We fell silent and the first song began.

Nearly every other song on J’s iPod was a Christmas song, so I wasn’t surprised when “I’ll Be Home For Christmas” started playing through the speakers. For decades, J gifted friends with his mix CDs of obscure Christmas songs he had spent the previous year curating. This is perfect, I thought, while I cried and laughed at the same time.

Unburdened by machines his body began sinking into the bed. As the body shifted and settled I said, “This is natural,” mostly to remind myself that what I was witnessing was part of the cycle of life, much like a baby crying when born.

By the end of the first song his heart rate had gone from 90 bpm to 52 bpm.

I started paying attention to heart monitor. I was constantly shifting my focus from J’s face to the monitor, and he went from 50 bpm to 30 bpm during the second song.

And then the last and final song began.

A friend said “Orange Sky” held a lot of meaning for J. I had never heard this song, but now I will never forget it. I watched J’s heart rate decrease during the first two-thirds of the song, from the low 30s to zero. The monitor began to ding. A friend pushed a button, silencing the sounds. I held J’s feet.

We listened through the end of the song, with our faces on J’s, tears pouring out of our eyes. I was sobbing. We were devastated.

No one danced.

When the song ended there was silence.

Then the scene from a movie played out: A doctor wearing a white coat walked into the room. He donned a stethoscope and raised the end to J’s chest. His hand moved to various areas of our friend’s chest, and down and around to his stomach. He raised each of J’s eyelids to shine a flashlight into the pupils looking to see if they would constrict. The pupils did not move.
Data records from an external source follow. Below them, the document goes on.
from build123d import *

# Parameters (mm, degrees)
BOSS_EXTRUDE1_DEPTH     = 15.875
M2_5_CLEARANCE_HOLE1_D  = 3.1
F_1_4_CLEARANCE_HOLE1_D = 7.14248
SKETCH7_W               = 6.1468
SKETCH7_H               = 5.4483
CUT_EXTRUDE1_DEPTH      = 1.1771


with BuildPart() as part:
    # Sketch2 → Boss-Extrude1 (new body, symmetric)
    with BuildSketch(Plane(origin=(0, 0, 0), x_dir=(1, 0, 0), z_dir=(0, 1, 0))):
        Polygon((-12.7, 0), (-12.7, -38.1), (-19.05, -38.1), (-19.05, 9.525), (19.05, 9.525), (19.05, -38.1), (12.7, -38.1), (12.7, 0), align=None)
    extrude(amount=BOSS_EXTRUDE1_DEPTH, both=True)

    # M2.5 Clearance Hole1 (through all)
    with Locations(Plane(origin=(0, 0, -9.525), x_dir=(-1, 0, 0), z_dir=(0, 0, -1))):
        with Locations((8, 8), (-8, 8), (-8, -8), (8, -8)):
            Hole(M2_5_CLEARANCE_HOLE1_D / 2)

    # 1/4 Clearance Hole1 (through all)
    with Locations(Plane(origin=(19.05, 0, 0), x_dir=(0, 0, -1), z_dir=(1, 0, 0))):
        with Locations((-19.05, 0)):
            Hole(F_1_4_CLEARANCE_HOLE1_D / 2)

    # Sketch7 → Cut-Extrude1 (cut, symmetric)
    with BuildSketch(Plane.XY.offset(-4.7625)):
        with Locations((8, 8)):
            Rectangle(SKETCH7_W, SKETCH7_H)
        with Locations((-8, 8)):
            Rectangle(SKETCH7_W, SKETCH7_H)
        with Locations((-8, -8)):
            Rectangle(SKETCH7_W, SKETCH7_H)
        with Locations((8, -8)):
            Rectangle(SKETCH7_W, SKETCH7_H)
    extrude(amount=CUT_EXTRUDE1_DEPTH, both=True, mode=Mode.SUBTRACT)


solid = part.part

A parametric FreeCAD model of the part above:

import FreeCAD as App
import Part
import Sketcher

V = App.Vector
Q = App.Units.Quantity

doc = App.newDocument("Part")
params = doc.addObject("Spreadsheet::Sheet", "Params")
for row, (alias, value) in enumerate([
    ("sketch1_width", "1 in"),
    ("sketch1_width2", "1.5 in"),
    ("sketch1_height", "1.875 in"),
    ("pad1_length", "1.25 in"),
    ("hole_diameter", "3.1 mm"),
    ("hole2_diameter", "0.2812 in"),
    ("sketch4_width", "0.242 in"),
    ("pocket1_length", "2.3542 mm"),
], start=1):
    params.set(f"A{row}", alias)
    params.set(f"B{row}", "=" + value)
    params.setAlias(f"B{row}", alias)

body = doc.addObject("PartDesign::Body", "Body")

# Sketch on XZ plane
sketch1 = body.newObject("Sketcher::SketchObject", "Sketch")
sketch1.AttachmentSupport = (doc.getObject("XZ_Plane"), [""])
sketch1.MapMode = "FlatFace"
sketch1.addGeometry([
    Part.LineSegment(V(-13, 38, 0), V(-13, 0, 0)),  # 0
    Part.LineSegment(V(-13, 0, 0), V(13, 0, 0)),  # 1
    Part.LineSegment(V(13, 0, 0), V(13, 38, 0)),  # 2
    Part.LineSegment(V(13, 38, 0), V(19, 38, 0)),  # 3
    Part.LineSegment(V(19, 38, 0), V(19, -10, 0)),  # 4
    Part.LineSegment(V(19, -10, 0), V(-19, -10, 0)),  # 5
    Part.LineSegment(V(-19, -10, 0), V(-19, 38, 0)),  # 6
    Part.LineSegment(V(-19, 38, 0), V(-13, 38, 0)),  # 7
], False)
sketch1.addConstraint([
    Sketcher.Constraint("Coincident", 0, 2, 1, 1),
    Sketcher.Constraint("Coincident", 1, 2, 2, 1),
    Sketcher.Constraint("Coincident", 2, 2, 3, 1),
    Sketcher.Constraint("Coincident", 3, 2, 4, 1),
    Sketcher.Constraint("Coincident", 4, 2, 5, 1),
    Sketcher.Constraint("Coincident", 5, 2, 6, 1),
    Sketcher.Constraint("Coincident", 6, 2, 7, 1),
    Sketcher.Constraint("Coincident", 7, 2, 0, 1),
    Sketcher.Constraint("Vertical", 0),
    Sketcher.Constraint("Horizontal", 1),
    Sketcher.Constraint("Vertical", 2),
    Sketcher.Constraint("Horizontal", 3),
    Sketcher.Constraint("Vertical", 4),
    Sketcher.Constraint("Horizontal", 5),
    Sketcher.Constraint("Vertical", 6),
    Sketcher.Constraint("Horizontal", 7),
    Sketcher.Constraint("Symmetric", 0, 2, 1, 2, -1, 1),
    Sketcher.Constraint("Symmetric", 3, 2, 6, 2, -2),
    Sketcher.Constraint("Equal", 5, 0),
    Sketcher.Constraint("DistanceX", 1, 1, 1, 2, Q("1 in")),
    Sketcher.Constraint("DistanceX", 5, 2, 5, 1, Q("1.5 in")),
    Sketcher.Constraint("DistanceY", 4, 2, 4, 1, Q("1.875 in")),
])
sketch1.setExpression("Constraints[19]", "Params.sketch1_width")
sketch1.setExpression("Constraints[20]", "Params.sketch1_width2")
sketch1.setExpression("Constraints[21]", "Params.sketch1_height")
pad1 = body.newObject("PartDesign::Pad", "Pad")
pad1.Profile = sketch1
pad1.setExpression("Length", "Params.pad1_length")
pad1.Midplane = True

# Sketch on XY plane
sketch2 = body.newObject("Sketcher::SketchObject", "Sketch001")
sketch2.AttachmentSupport = (doc.getObject("XY_Plane"), [""])
sketch2.MapMode = "FlatFace"
sketch2.AttachmentOffset = App.Placement(V(0, 0, -0.375 * 25.4), App.Rotation())
sketch2.addGeometry([
    Part.Circle(V(-8, 8, 0), V(0, 0, 1), 1.6),
    Part.Circle(V(8, 8, 0), V(0, 0, 1), 1.6),
    Part.Circle(V(8, -8, 0), V(0, 0, 1), 1.6),
    Part.Circle(V(-8, -8, 0), V(0, 0, 1), 1.6),
], False)
sketch2.addConstraint([
    Sketcher.Constraint("Equal", 0, 1),
    Sketcher.Constraint("Equal", 1, 2),
    Sketcher.Constraint("Equal", 2, 3),
    Sketcher.Constraint("Symmetric", 0, 3, 2, 3, -1, 1),
    Sketcher.Constraint("Symmetric", 1, 3, 3, 3, -1, 1),
    Sketcher.Constraint("Symmetric", 0, 3, 1, 3, -2),
    Sketcher.Constraint("Diameter", 0, 3.1),
    Sketcher.Constraint("DistanceX", 0, 3, -1, 1, 8.0),
    Sketcher.Constraint("DistanceY", -1, 1, 0, 3, 8.0),
])
doc.recompute()
hole = body.newObject("PartDesign::Hole", "Hole")
hole.Profile = sketch2
hole.ThreadType = "None"
hole.setExpression("Diameter", "Params.hole_diameter")
hole.DepthType = "ThroughAll"
hole.Reversed = True

# Sketch on YZ plane
sketch3 = body.newObject("Sketcher::SketchObject", "Sketch002")
sketch3.AttachmentSupport = (doc.getObject("YZ_Plane"), [""])
sketch3.MapMode = "FlatFace"
sketch3.AttachmentOffset = App.Placement(V(0, 0, 0.75 * 25.4), App.Rotation())
sketch3.addGeometry(Part.Circle(V(0, 19.1, 0), V(0, 0, 1), 3.6), False)
sketch3.addConstraint([
    Sketcher.Constraint("PointOnObject", 0, 3, -2),
    Sketcher.Constraint("Diameter", 0, Q("0.2812 in")),
    Sketcher.Constraint("DistanceY", -1, 1, 0, 3, Q("0.75 in")),
])
doc.recompute()
hole2 = body.newObject("PartDesign::Hole", "Hole001")
hole2.Profile = sketch3
hole2.ThreadType = "None"
hole2.setExpression("Diameter", "Params.hole2_diameter")
hole2.DepthType = "ThroughAll"

# Sketch on XY plane
sketch4 = body.newObject("Sketcher::SketchObject", "Sketch003")
sketch4.AttachmentSupport = (doc.getObject("XY_Plane"), [""])
sketch4.MapMode = "FlatFace"
sketch4.AttachmentOffset = App.Placement(V(0, 0, -0.1875 * 25.4), App.Rotation())
sketch4.addGeometry([
    Part.LineSegment(V(5, 11, 0), V(5, 5, 0)),  # 0
    Part.LineSegment(V(5, 5, 0), V(11, 5, 0)),  # 1
    Part.LineSegment(V(11, 5, 0), V(11, 11, 0)),  # 2
    Part.LineSegment(V(11, 11, 0), V(5, 11, 0)),  # 3
    Part.LineSegment(V(-11, 11, 0), V(-11, 5, 0)),  # 4
    Part.LineSegment(V(-11, 5, 0), V(-5, 5, 0)),  # 5
    Part.LineSegment(V(-5, 5, 0), V(-5, 11, 0)),  # 6
    Part.LineSegment(V(-5, 11, 0), V(-11, 11, 0)),  # 7
    Part.LineSegment(V(-11, -5, 0), V(-11, -11, 0)),  # 8
    Part.LineSegment(V(-11, -11, 0), V(-5, -11, 0)),  # 9
    Part.LineSegment(V(-5, -11, 0), V(-5, -5, 0)),  # 10
    Part.LineSegment(V(-5, -5, 0), V(-11, -5, 0)),  # 11
    Part.LineSegment(V(5, -5, 0), V(5, -11, 0)),  # 12
    Part.LineSegment(V(5, -11, 0), V(11, -11, 0)),  # 13
    Part.LineSegment(V(11, -11, 0), V(11, -5, 0)),  # 14
    Part.LineSegment(V(11, -5, 0), V(5, -5, 0)),  # 15
], False)
sketch4.addConstraint([
    Sketcher.Constraint("Coincident", 0, 2, 1, 1),
    Sketcher.Constraint("Coincident", 1, 2, 2, 1),
    Sketcher.Constraint("Coincident", 2, 2, 3, 1),
    Sketcher.Constraint("Coincident", 3, 2, 0, 1),
    Sketcher.Constraint("Coincident", 4, 2, 5, 1),
    Sketcher.Constraint("Coincident", 5, 2, 6, 1),
    Sketcher.Constraint("Coincident", 6, 2, 7, 1),
    Sketcher.Constraint("Coincident", 7, 2, 4, 1),
    Sketcher.Constraint("Coincident", 8, 2, 9, 1),
    Sketcher.Constraint("Coincident", 9, 2, 10, 1),
    Sketcher.Constraint("Coincident", 10, 2, 11, 1),
    Sketcher.Constraint("Coincident", 11, 2, 8, 1),
    Sketcher.Constraint("Coincident", 12, 2, 13, 1),
    Sketcher.Constraint("Coincident", 13, 2, 14, 1),
    Sketcher.Constraint("Coincident", 14, 2, 15, 1),
    Sketcher.Constraint("Coincident", 15, 2, 12, 1),
    Sketcher.Constraint("Vertical", 0),
    Sketcher.Constraint("Horizontal", 1),
    Sketcher.Constraint("Vertical", 2),
    Sketcher.Constraint("Horizontal", 3),
    Sketcher.Constraint("Vertical", 4),
    Sketcher.Constraint("Horizontal", 5),
    Sketcher.Constraint("Vertical", 6),
    Sketcher.Constraint("Horizontal", 7),
    Sketcher.Constraint("Vertical", 8),
    Sketcher.Constraint("Horizontal", 9),
    Sketcher.Constraint("Vertical", 10),
    Sketcher.Constraint("Horizontal", 11),
    Sketcher.Constraint("Vertical", 12),
    Sketcher.Constraint("Horizontal", 13),
    Sketcher.Constraint("Vertical", 14),
    Sketcher.Constraint("Horizontal", 15),
    Sketcher.Constraint("Symmetric", 2, 2, 8, 2, -1, 1),
    Sketcher.Constraint("Symmetric", 0, 2, 10, 2, -1, 1),
    Sketcher.Constraint("Symmetric", 6, 2, 12, 2, -1, 1),
    Sketcher.Constraint("Symmetric", 4, 2, 14, 2, -1, 1),
    Sketcher.Constraint("Symmetric", 1, 2, 4, 2, -2),
    Sketcher.Constraint("Symmetric", 3, 2, 6, 2, -2),
    Sketcher.Constraint("DistanceX", 1, 1, 1, 2, Q("0.242 in")),
    Sketcher.Constraint("DistanceY", 0, 2, 0, 1, Q("0.2145 in")),
    Sketcher.Constraint("DistanceX", -1, 1, 0, 2, 4.9266),
    Sketcher.Constraint("DistanceY", 8, 2, 4, 2, 16.0),
])
sketch4.setExpression("Constraints[38]", "Params.sketch4_width")
pocket1 = body.newObject("PartDesign::Pocket", "Pocket")
pocket1.Profile = sketch4
pocket1.setExpression("Length", "Params.pocket1_length")
pocket1.Midplane = True

doc.recompute()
The doctor looked at the clock and said, “It is 6:11. Take as long as you need.” He exited the room. End scene.

We all stood looking at J for a long time. Then the music began again… “We Could Be Heroes,” by David Bowie.

The end

The best way to capture your healthcare preferences is by having a conversation with your loved ones, appointing a medical decision maker, and then documenting your preferences in an advance healthcare directive. You can find an expansive list of resources on advance care planning, including guides on how to talk with your loved ones, from the Coalition for Compassionate Care of California.